Exercise directions -> Report each line of the data below in which "extrude" appears.

----------

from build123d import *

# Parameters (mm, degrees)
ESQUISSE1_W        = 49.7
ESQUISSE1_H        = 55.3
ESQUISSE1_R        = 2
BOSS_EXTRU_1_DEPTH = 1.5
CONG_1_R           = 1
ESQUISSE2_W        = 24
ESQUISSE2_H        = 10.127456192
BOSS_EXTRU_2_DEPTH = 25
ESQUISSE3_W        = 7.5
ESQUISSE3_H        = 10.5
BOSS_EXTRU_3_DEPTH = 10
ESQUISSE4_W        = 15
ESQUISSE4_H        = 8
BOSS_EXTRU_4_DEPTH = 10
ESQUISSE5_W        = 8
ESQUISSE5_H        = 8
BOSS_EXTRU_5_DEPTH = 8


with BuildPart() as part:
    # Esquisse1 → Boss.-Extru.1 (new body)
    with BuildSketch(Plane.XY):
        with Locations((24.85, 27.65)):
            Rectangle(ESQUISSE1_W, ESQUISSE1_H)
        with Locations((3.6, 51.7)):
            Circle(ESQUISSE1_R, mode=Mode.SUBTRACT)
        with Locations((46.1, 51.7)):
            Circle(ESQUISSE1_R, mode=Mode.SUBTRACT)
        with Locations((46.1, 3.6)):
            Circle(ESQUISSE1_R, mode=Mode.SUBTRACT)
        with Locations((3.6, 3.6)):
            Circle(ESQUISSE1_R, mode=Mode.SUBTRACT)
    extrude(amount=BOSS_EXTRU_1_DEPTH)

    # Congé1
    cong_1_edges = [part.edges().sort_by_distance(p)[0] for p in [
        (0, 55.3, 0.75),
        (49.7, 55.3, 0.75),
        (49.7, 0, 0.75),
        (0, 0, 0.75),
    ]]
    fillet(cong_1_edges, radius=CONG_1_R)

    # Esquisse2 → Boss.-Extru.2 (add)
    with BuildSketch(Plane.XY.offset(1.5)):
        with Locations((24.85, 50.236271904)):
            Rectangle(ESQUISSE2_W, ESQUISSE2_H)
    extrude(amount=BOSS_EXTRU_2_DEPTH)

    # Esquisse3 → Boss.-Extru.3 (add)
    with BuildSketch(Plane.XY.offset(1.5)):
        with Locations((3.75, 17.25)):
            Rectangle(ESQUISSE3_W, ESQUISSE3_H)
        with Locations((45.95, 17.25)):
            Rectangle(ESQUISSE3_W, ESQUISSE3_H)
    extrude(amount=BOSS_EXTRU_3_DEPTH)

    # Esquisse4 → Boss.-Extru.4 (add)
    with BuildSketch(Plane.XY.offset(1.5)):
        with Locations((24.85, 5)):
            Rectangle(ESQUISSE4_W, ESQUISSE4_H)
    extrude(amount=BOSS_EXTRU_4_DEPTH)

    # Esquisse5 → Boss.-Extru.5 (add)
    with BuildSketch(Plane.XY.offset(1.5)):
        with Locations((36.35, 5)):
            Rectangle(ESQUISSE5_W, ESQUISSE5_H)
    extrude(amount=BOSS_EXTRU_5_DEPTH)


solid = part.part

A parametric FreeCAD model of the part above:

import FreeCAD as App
import Part
import Sketcher
Q = App.Units.Quantity


def edges_at(feature, points):
    """Names of the edges that pass closest to the given points."""
    edges = feature.Shape.Edges
    near = lambda p: min(range(len(edges)), key=lambda i: edges[i].distToShape(Part.Vertex(*p))[0])
    return sorted({f"Edge{near(p) + 1}" for p in points})


def add_polygon(sketch, points):
    """Adds a closed chain of lines whose ends are joined by coincident constraints."""
    first, n = sketch.GeometryCount, len(points)
    for a, b in zip(points, points[1:] + points[:1]):
        sketch.addGeometry(Part.LineSegment(App.Vector(*a, 0), App.Vector(*b, 0)), False)
    for i in range(n):
        sketch.addConstraint(Sketcher.Constraint("Coincident", first + i, 2, first + (i + 1) % n, 1))

doc = App.newDocument("Part")
params = doc.addObject("Spreadsheet::Sheet", "Params")
for row, (alias, value) in enumerate([
    ("sketch1_diameter", "4 mm"),
    ("sketch1_width", "49.7 mm"),
    ("sketch1_height", "55.3 mm"),
    ("pad1_length", "1.5 mm"),
    ("fillet_radius", "1 mm"),
    ("sketch2_width", "24 mm"),
    ("pad2_length", "25 mm"),
    ("sketch3_width", "7.5 mm"),
    ("sketch3_height", "10.5 mm"),
    ("pad3_length", "10 mm"),
    ("sketch4_width", "15 mm"),
    ("sketch4_height", "8 mm"),
    ("pad4_length", "10 mm"),
    ("sketch5_width", "8 mm"),
    ("pad5_length", "8 mm"),
], start=1):
    params.set(f"A{row}", alias)
    params.set(f"B{row}", "=" + value)
    params.setAlias(f"B{row}", alias)

body = doc.addObject("PartDesign::Body", "Body")

# Sketch on XY plane
sketch1 = doc.addObject("Sketcher::SketchObject", "Sketch")
body.addObject(sketch1)
sketch1.AttachmentSupport = (doc.XY_Plane, [""])
sketch1.MapMode = "FlatFace"
add_polygon(sketch1, [(0, 55.3), (0, 0), (49.7, 0), (49.7, 55.3)])  # lines 0-3
sketch1.addGeometry(Part.Circle(App.Vector(3.6, 3.6, 0), App.Vector(0, 0, 1), 2), False)  # 4
sketch1.addGeometry(Part.Circle(App.Vector(46.1, 3.6, 0), App.Vector(0, 0, 1), 2), False)  # 5
sketch1.addGeometry(Part.Circle(App.Vector(3.6, 51.7, 0), App.Vector(0, 0, 1), 2), False)  # 6
sketch1.addGeometry(Part.Circle(App.Vector(46.1, 51.7, 0), App.Vector(0, 0, 1), 2), False)  # 7
sketch1.addConstraint([
    Sketcher.Constraint("Vertical", 0),
    Sketcher.Constraint("Horizontal", 1),
    Sketcher.Constraint("Vertical", 2),
    Sketcher.Constraint("Horizontal", 3),
    Sketcher.Constraint("Coincident", 0, 2, -1, 1),
    Sketcher.Constraint("Equal", 4, 5),
    Sketcher.Constraint("Equal", 5, 6),
    Sketcher.Constraint("Equal", 6, 7),
    Sketcher.Constraint("Horizontal", 4, 3, 5, 3),
    Sketcher.Constraint("Horizontal", 6, 3, 7, 3),
    Sketcher.Constraint("Vertical", 4, 3, 6, 3),
    Sketcher.Constraint("Vertical", 5, 3, 7, 3),
    Sketcher.Constraint("Diameter", 4, Q("4 mm")),
    Sketcher.Constraint("DistanceX", 1, 1, 1, 2, Q("49.7 mm")),
    Sketcher.Constraint("DistanceY", 0, 2, 0, 1, Q("55.3 mm")),
    Sketcher.Constraint("DistanceX", -1, 1, 4, 3, Q("3.6 mm")),
    Sketcher.Constraint("DistanceY", -1, 1, 4, 3, Q("3.6 mm")),
    Sketcher.Constraint("DistanceX", -1, 1, 5, 3, Q("46.1 mm")),
    Sketcher.Constraint("DistanceY", -1, 1, 6, 3, Q("51.7 mm")),
])
sketch1.setExpression("Constraints[16]", "Params.sketch1_diameter")
sketch1.setExpression("Constraints[17]", "Params.sketch1_width")
sketch1.setExpression("Constraints[18]", "Params.sketch1_height")
pad1 = doc.addObject("PartDesign::Pad", "Pad")
body.addObject(pad1)
pad1.Profile = sketch1
pad1.setExpression("Length", "Params.pad1_length")
doc.recompute()

fillet = doc.addObject("PartDesign::Fillet", "Fillet")
body.addObject(fillet)
fillet.Base = (pad1, edges_at(pad1, [
    (0, 55.3, 0.75),
    (49.7, 55.3, 0.75),
    (49.7, 0, 0.75),
    (0, 0, 0.75),
]))
fillet.setExpression("Radius", "Params.fillet_radius")

# Sketch on XY plane
sketch2 = doc.addObject("Sketcher::SketchObject", "Sketch001")
body.addObject(sketch2)
sketch2.AttachmentSupport = (doc.XY_Plane, [""])
sketch2.MapMode = "FlatFace"
sketch2.AttachmentOffset = App.Placement(App.Vector(0, 0, 1.5), App.Rotation())
add_polygon(sketch2, [(12.85, 55.3), (12.85, 45.172544), (36.85, 45.172544), (36.85, 55.3)])  # lines 0-3
sketch2.addConstraint([
    Sketcher.Constraint("Vertical", 0),
    Sketcher.Constraint("Horizontal", 1),
    Sketcher.Constraint("Vertical", 2),
    Sketcher.Constraint("Horizontal", 3),
    Sketcher.Constraint("DistanceX", 1, 1, 1, 2, Q("24 mm")),
    Sketcher.Constraint("DistanceY", -1, 1, 2, 2, Q("55.3 mm")),
    Sketcher.Constraint("DistanceX", -1, 1, 0, 2, Q("12.85 mm")),
    Sketcher.Constraint("DistanceY", 0, 2, 0, 1, Q("10.127456 mm")),
])
sketch2.setExpression("Constraints[8]", "Params.sketch2_width")
pad2 = doc.addObject("PartDesign::Pad", "Pad001")
body.addObject(pad2)
pad2.Profile = sketch2
pad2.setExpression("Length", "Params.pad2_length")

# Sketch on XY plane
sketch3 = doc.addObject("Sketcher::SketchObject", "Sketch002")
body.addObject(sketch3)
sketch3.AttachmentSupport = (doc.XY_Plane, [""])
sketch3.MapMode = "FlatFace"
sketch3.AttachmentOffset = App.Placement(App.Vector(0, 0, 1.5), App.Rotation())
add_polygon(sketch3, [(0, 22.5), (0, 12), (7.5, 12), (7.5, 22.5)])  # lines 0-3
add_polygon(sketch3, [(42.2, 22.5), (42.2, 12), (49.7, 12), (49.7, 22.5)])  # lines 4-7
sketch3.addConstraint([
    Sketcher.Constraint("Vertical", 0),
    Sketcher.Constraint("Horizontal", 1),
    Sketcher.Constraint("Vertical", 2),
    Sketcher.Constraint("Horizontal", 3),
    Sketcher.Constraint("Vertical", 4),
    Sketcher.Constraint("Horizontal", 5),
    Sketcher.Constraint("Vertical", 6),
    Sketcher.Constraint("Horizontal", 7),
    Sketcher.Constraint("PointOnObject", 0, 2, -2),
    Sketcher.Constraint("Horizontal", 1, 2, 4, 2),
    Sketcher.Constraint("Horizontal", 3, 2, 6, 2),
    Sketcher.Constraint("Equal", 3, 5),
    Sketcher.Constraint("DistanceX", 1, 1, 1, 2, Q("7.5 mm")),
    Sketcher.Constraint("DistanceY", 0, 2, 0, 1, Q("10.5 mm")),
    Sketcher.Constraint("DistanceY", -1, 1, 0, 2, Q("12 mm")),
    Sketcher.Constraint("DistanceX", -1, 1, 4, 2, Q("42.2 mm")),
])
sketch3.setExpression("Constraints[20]", "Params.sketch3_width")
sketch3.setExpression("Constraints[21]", "Params.sketch3_height")
pad3 = doc.addObject("PartDesign::Pad", "Pad002")
body.addObject(pad3)
pad3.Profile = sketch3
pad3.setExpression("Length", "Params.pad3_length")

# Sketch on XY plane
sketch4 = doc.addObject("Sketcher::SketchObject", "Sketch003")
body.addObject(sketch4)
sketch4.AttachmentSupport = (doc.XY_Plane, [""])
sketch4.MapMode = "FlatFace"
sketch4.AttachmentOffset = App.Placement(App.Vector(0, 0, 1.5), App.Rotation())
add_polygon(sketch4, [(17.35, 9), (17.35, 1), (32.35, 1), (32.35, 9)])  # lines 0-3
sketch4.addConstraint([
    Sketcher.Constraint("Vertical", 0),
    Sketcher.Constraint("Horizontal", 1),
    Sketcher.Constraint("Vertical", 2),
    Sketcher.Constraint("Horizontal", 3),
    Sketcher.Constraint("DistanceX", 1, 1, 1, 2, Q("15 mm")),
    Sketcher.Constraint("DistanceY", 0, 2, 0, 1, Q("8 mm")),
    Sketcher.Constraint("DistanceY", -1, 1, 0, 2, Q("1 mm")),
    Sketcher.Constraint("DistanceX", -1, 1, 0, 2, Q("17.35 mm")),
])
sketch4.setExpression("Constraints[8]", "Params.sketch4_width")
sketch4.setExpression("Constraints[9]", "Params.sketch4_height")
pad4 = doc.addObject("PartDesign::Pad", "Pad003")
body.addObject(pad4)
pad4.Profile = sketch4
pad4.setExpression("Length", "Params.pad4_length")

# Sketch on XY plane
sketch5 = doc.addObject("Sketcher::SketchObject", "Sketch004")
body.addObject(sketch5)
sketch5.AttachmentSupport = (doc.XY_Plane, [""])
sketch5.MapMode = "FlatFace"
sketch5.AttachmentOffset = App.Placement(App.Vector(0, 0, 1.5), App.Rotation())
add_polygon(sketch5, [(32.35, 9), (32.35, 1), (40.35, 1), (40.35, 9)])  # lines 0-3
sketch5.addConstraint([
    Sketcher.Constraint("Vertical", 0),
    Sketcher.Constraint("Horizontal", 1),
    Sketcher.Constraint("Vertical", 2),
    Sketcher.Constraint("Horizontal", 3),
    Sketcher.Constraint("Equal", 3, 0),
    Sketcher.Constraint("DistanceX", 1, 1, 1, 2, Q("8 mm")),
    Sketcher.Constraint("DistanceY", -1, 1, 0, 2, Q("1 mm")),
    Sketcher.Constraint("DistanceX", -1, 1, 0, 2, Q("32.35 mm")),
])
sketch5.setExpression("Constraints[9]", "Params.sketch5_width")
pad5 = doc.addObject("PartDesign::Pad", "Pad004")
body.addObject(pad5)
pad5.Profile = sketch5
pad5.setExpression("Length", "Params.pad5_length")

doc.recompute()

----------

Written answer ->
    extrude(amount=BOSS_EXTRU_1_DEPTH)
    extrude(amount=BOSS_EXTRU_2_DEPTH)
    extrude(amount=BOSS_EXTRU_3_DEPTH)
    extrude(amount=BOSS_EXTRU_4_DEPTH)
    extrude(amount=BOSS_EXTRU_5_DEPTH)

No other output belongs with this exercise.